→ **What the task requires**: Somewhere below, one line contains "f 397 395 393" and a later line contains "f 532 540 541". Output those two lines and everything between them exactly, and nothing else.

→ **Records for this task**:
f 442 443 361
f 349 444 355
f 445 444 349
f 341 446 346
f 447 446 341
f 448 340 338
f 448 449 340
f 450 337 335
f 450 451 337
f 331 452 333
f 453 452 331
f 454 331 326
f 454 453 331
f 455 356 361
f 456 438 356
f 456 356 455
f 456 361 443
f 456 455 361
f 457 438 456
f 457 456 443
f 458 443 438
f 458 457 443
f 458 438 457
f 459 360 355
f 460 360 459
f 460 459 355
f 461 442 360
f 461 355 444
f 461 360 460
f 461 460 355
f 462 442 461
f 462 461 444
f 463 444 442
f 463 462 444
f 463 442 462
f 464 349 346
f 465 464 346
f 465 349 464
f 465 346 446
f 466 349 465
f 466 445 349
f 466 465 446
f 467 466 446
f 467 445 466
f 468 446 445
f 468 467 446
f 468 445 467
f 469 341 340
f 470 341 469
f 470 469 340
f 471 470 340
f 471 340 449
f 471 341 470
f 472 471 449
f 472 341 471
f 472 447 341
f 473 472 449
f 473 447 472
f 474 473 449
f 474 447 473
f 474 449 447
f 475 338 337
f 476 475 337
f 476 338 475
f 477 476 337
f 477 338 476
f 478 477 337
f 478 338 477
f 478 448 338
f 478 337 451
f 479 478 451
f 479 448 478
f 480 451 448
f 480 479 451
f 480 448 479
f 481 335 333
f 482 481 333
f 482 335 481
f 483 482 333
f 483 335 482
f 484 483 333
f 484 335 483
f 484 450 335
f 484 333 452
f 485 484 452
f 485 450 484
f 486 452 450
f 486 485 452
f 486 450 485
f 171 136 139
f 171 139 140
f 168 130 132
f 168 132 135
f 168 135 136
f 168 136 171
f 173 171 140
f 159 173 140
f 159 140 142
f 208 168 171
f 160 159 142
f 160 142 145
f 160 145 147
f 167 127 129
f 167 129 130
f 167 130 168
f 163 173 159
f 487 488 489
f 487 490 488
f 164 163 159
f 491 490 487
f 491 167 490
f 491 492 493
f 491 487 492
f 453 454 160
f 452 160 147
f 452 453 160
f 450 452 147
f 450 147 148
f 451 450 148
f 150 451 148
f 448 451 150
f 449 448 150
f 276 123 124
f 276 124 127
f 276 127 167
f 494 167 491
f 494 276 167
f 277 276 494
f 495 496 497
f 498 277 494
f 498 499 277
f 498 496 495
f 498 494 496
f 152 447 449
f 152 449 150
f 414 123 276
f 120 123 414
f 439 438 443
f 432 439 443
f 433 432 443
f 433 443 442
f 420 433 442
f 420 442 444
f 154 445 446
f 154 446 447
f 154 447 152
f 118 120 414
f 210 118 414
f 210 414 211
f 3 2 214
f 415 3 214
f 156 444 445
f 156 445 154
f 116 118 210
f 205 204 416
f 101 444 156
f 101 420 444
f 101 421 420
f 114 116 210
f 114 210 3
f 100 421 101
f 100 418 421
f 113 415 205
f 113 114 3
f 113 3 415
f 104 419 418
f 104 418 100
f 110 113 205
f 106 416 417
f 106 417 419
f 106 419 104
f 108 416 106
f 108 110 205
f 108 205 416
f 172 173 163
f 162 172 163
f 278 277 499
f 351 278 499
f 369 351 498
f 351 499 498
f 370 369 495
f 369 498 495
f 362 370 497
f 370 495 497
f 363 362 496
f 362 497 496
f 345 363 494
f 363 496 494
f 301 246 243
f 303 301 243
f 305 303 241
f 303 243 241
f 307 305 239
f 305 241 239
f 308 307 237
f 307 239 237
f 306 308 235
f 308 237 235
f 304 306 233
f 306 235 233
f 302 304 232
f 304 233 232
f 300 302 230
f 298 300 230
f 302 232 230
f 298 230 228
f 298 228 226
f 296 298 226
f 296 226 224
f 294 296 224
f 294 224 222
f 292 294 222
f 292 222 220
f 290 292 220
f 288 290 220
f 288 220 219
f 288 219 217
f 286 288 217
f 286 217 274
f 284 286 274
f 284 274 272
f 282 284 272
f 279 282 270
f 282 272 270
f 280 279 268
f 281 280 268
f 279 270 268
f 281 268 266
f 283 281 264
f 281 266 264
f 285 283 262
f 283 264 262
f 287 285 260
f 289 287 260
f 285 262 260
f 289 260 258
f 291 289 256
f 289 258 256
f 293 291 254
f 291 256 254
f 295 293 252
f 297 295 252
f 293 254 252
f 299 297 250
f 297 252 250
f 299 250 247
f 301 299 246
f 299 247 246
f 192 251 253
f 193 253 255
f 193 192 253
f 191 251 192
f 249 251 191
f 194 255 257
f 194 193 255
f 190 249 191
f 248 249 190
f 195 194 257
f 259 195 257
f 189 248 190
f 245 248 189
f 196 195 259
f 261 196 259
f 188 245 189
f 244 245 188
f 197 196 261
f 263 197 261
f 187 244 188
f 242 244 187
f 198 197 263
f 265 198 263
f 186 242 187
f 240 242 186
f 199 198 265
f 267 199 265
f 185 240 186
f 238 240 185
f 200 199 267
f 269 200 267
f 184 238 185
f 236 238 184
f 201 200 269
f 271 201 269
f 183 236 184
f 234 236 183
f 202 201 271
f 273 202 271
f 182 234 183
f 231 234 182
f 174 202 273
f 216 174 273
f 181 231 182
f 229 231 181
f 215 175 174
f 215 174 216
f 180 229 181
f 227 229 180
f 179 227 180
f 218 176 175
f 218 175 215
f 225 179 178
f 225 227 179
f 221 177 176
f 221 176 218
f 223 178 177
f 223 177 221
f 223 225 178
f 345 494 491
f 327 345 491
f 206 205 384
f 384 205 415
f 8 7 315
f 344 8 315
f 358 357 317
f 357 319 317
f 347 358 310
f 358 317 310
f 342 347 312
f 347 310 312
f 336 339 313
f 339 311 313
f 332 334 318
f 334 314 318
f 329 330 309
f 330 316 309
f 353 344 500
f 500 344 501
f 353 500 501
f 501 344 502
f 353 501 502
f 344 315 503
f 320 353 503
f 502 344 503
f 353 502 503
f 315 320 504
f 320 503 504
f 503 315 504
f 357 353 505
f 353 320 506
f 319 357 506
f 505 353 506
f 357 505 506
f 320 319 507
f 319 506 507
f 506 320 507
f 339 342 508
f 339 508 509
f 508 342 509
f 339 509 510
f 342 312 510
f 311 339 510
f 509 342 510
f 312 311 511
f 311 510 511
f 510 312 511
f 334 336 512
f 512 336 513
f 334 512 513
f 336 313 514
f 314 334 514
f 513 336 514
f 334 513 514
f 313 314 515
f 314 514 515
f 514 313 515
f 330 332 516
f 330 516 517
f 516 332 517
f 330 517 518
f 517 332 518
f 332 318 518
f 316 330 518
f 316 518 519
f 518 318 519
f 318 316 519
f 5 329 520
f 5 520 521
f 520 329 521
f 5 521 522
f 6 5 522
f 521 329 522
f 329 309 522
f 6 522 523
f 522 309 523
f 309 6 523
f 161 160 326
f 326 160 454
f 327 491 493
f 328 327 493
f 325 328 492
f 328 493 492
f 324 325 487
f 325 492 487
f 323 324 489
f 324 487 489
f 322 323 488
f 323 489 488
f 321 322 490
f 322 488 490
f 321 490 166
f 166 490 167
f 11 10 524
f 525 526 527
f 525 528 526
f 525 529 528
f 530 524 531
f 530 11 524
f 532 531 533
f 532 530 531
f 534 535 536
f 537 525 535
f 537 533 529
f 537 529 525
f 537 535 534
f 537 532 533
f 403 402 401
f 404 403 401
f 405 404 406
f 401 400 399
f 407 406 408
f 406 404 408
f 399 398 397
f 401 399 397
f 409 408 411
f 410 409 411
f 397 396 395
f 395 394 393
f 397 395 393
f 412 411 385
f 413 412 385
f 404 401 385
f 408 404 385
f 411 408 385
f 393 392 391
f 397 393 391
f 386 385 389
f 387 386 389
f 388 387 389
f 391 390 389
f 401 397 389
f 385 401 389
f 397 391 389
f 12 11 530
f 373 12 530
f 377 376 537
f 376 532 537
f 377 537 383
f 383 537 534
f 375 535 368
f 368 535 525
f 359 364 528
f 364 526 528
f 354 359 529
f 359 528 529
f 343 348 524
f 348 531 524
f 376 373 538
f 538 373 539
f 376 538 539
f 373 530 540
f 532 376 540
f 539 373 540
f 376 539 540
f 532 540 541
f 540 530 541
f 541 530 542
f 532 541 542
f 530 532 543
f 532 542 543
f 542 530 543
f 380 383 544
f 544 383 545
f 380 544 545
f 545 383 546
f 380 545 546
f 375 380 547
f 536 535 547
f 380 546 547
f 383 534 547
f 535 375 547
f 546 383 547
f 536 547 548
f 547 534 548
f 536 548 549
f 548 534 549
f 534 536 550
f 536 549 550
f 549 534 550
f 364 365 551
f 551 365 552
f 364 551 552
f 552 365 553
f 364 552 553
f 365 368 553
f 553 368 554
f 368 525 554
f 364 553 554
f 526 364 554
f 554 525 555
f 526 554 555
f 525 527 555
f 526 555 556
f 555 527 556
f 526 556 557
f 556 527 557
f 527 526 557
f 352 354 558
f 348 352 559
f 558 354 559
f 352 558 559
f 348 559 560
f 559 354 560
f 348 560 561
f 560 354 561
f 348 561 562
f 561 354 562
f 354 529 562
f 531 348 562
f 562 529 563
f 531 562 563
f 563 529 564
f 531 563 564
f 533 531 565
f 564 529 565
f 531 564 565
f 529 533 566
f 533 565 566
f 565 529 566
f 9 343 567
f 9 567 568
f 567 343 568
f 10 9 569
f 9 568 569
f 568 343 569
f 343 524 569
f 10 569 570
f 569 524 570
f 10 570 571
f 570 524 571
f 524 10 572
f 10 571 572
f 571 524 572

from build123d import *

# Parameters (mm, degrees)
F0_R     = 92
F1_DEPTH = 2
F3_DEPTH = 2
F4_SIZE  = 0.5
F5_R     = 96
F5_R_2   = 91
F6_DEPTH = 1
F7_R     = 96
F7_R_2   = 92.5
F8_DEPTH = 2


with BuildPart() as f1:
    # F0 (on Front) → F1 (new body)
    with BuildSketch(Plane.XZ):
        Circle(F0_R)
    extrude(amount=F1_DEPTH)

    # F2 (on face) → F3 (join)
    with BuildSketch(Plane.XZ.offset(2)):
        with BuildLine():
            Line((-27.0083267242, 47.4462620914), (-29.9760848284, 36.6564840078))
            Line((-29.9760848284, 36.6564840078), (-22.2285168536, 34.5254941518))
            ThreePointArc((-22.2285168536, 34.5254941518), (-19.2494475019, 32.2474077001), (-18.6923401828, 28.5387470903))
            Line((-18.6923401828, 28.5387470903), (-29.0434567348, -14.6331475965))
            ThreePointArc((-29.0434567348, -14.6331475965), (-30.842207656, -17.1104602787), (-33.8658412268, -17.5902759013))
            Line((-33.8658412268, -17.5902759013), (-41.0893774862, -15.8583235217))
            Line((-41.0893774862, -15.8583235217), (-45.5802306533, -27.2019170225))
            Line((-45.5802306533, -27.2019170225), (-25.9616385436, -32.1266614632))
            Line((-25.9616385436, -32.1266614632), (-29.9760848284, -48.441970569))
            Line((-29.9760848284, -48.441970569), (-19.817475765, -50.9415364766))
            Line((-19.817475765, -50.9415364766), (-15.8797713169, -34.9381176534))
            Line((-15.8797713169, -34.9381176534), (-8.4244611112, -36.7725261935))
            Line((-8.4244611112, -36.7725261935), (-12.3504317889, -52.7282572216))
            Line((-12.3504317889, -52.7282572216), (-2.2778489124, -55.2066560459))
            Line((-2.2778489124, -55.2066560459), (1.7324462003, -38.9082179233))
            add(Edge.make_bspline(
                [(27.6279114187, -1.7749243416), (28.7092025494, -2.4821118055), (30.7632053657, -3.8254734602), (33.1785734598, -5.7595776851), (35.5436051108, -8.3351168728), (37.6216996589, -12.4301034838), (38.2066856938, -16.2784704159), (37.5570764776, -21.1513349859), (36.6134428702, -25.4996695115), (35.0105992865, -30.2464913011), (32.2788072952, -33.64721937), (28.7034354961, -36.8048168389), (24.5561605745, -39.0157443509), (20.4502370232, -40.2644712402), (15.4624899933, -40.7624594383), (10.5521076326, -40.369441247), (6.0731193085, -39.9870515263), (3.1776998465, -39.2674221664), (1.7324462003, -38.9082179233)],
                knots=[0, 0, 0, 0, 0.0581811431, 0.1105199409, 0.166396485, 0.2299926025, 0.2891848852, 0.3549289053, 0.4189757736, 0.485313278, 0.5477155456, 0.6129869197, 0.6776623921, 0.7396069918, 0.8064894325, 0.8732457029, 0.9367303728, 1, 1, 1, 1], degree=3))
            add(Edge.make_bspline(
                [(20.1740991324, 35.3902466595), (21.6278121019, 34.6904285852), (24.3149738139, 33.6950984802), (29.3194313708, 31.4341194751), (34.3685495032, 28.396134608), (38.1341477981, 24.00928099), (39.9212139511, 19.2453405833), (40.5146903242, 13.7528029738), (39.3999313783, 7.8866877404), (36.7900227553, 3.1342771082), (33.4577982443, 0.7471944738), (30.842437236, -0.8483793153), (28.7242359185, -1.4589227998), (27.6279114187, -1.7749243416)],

→ **Solution to this task**:
f 397 395 393
f 412 411 385
f 413 412 385
f 404 401 385
f 408 404 385
f 411 408 385
f 393 392 391
f 397 393 391
f 386 385 389
f 387 386 389
f 388 387 389
f 391 390 389
f 401 397 389
f 385 401 389
f 397 391 389
f 12 11 530
f 373 12 530
f 377 376 537
f 376 532 537
f 377 537 383
f 383 537 534
f 375 535 368
f 368 535 525
f 359 364 528
f 364 526 528
f 354 359 529
f 359 528 529
f 343 348 524
f 348 531 524
f 376 373 538
f 538 373 539
f 376 538 539
f 373 530 540
f 532 376 540
f 539 373 540
f 376 539 540
f 532 540 541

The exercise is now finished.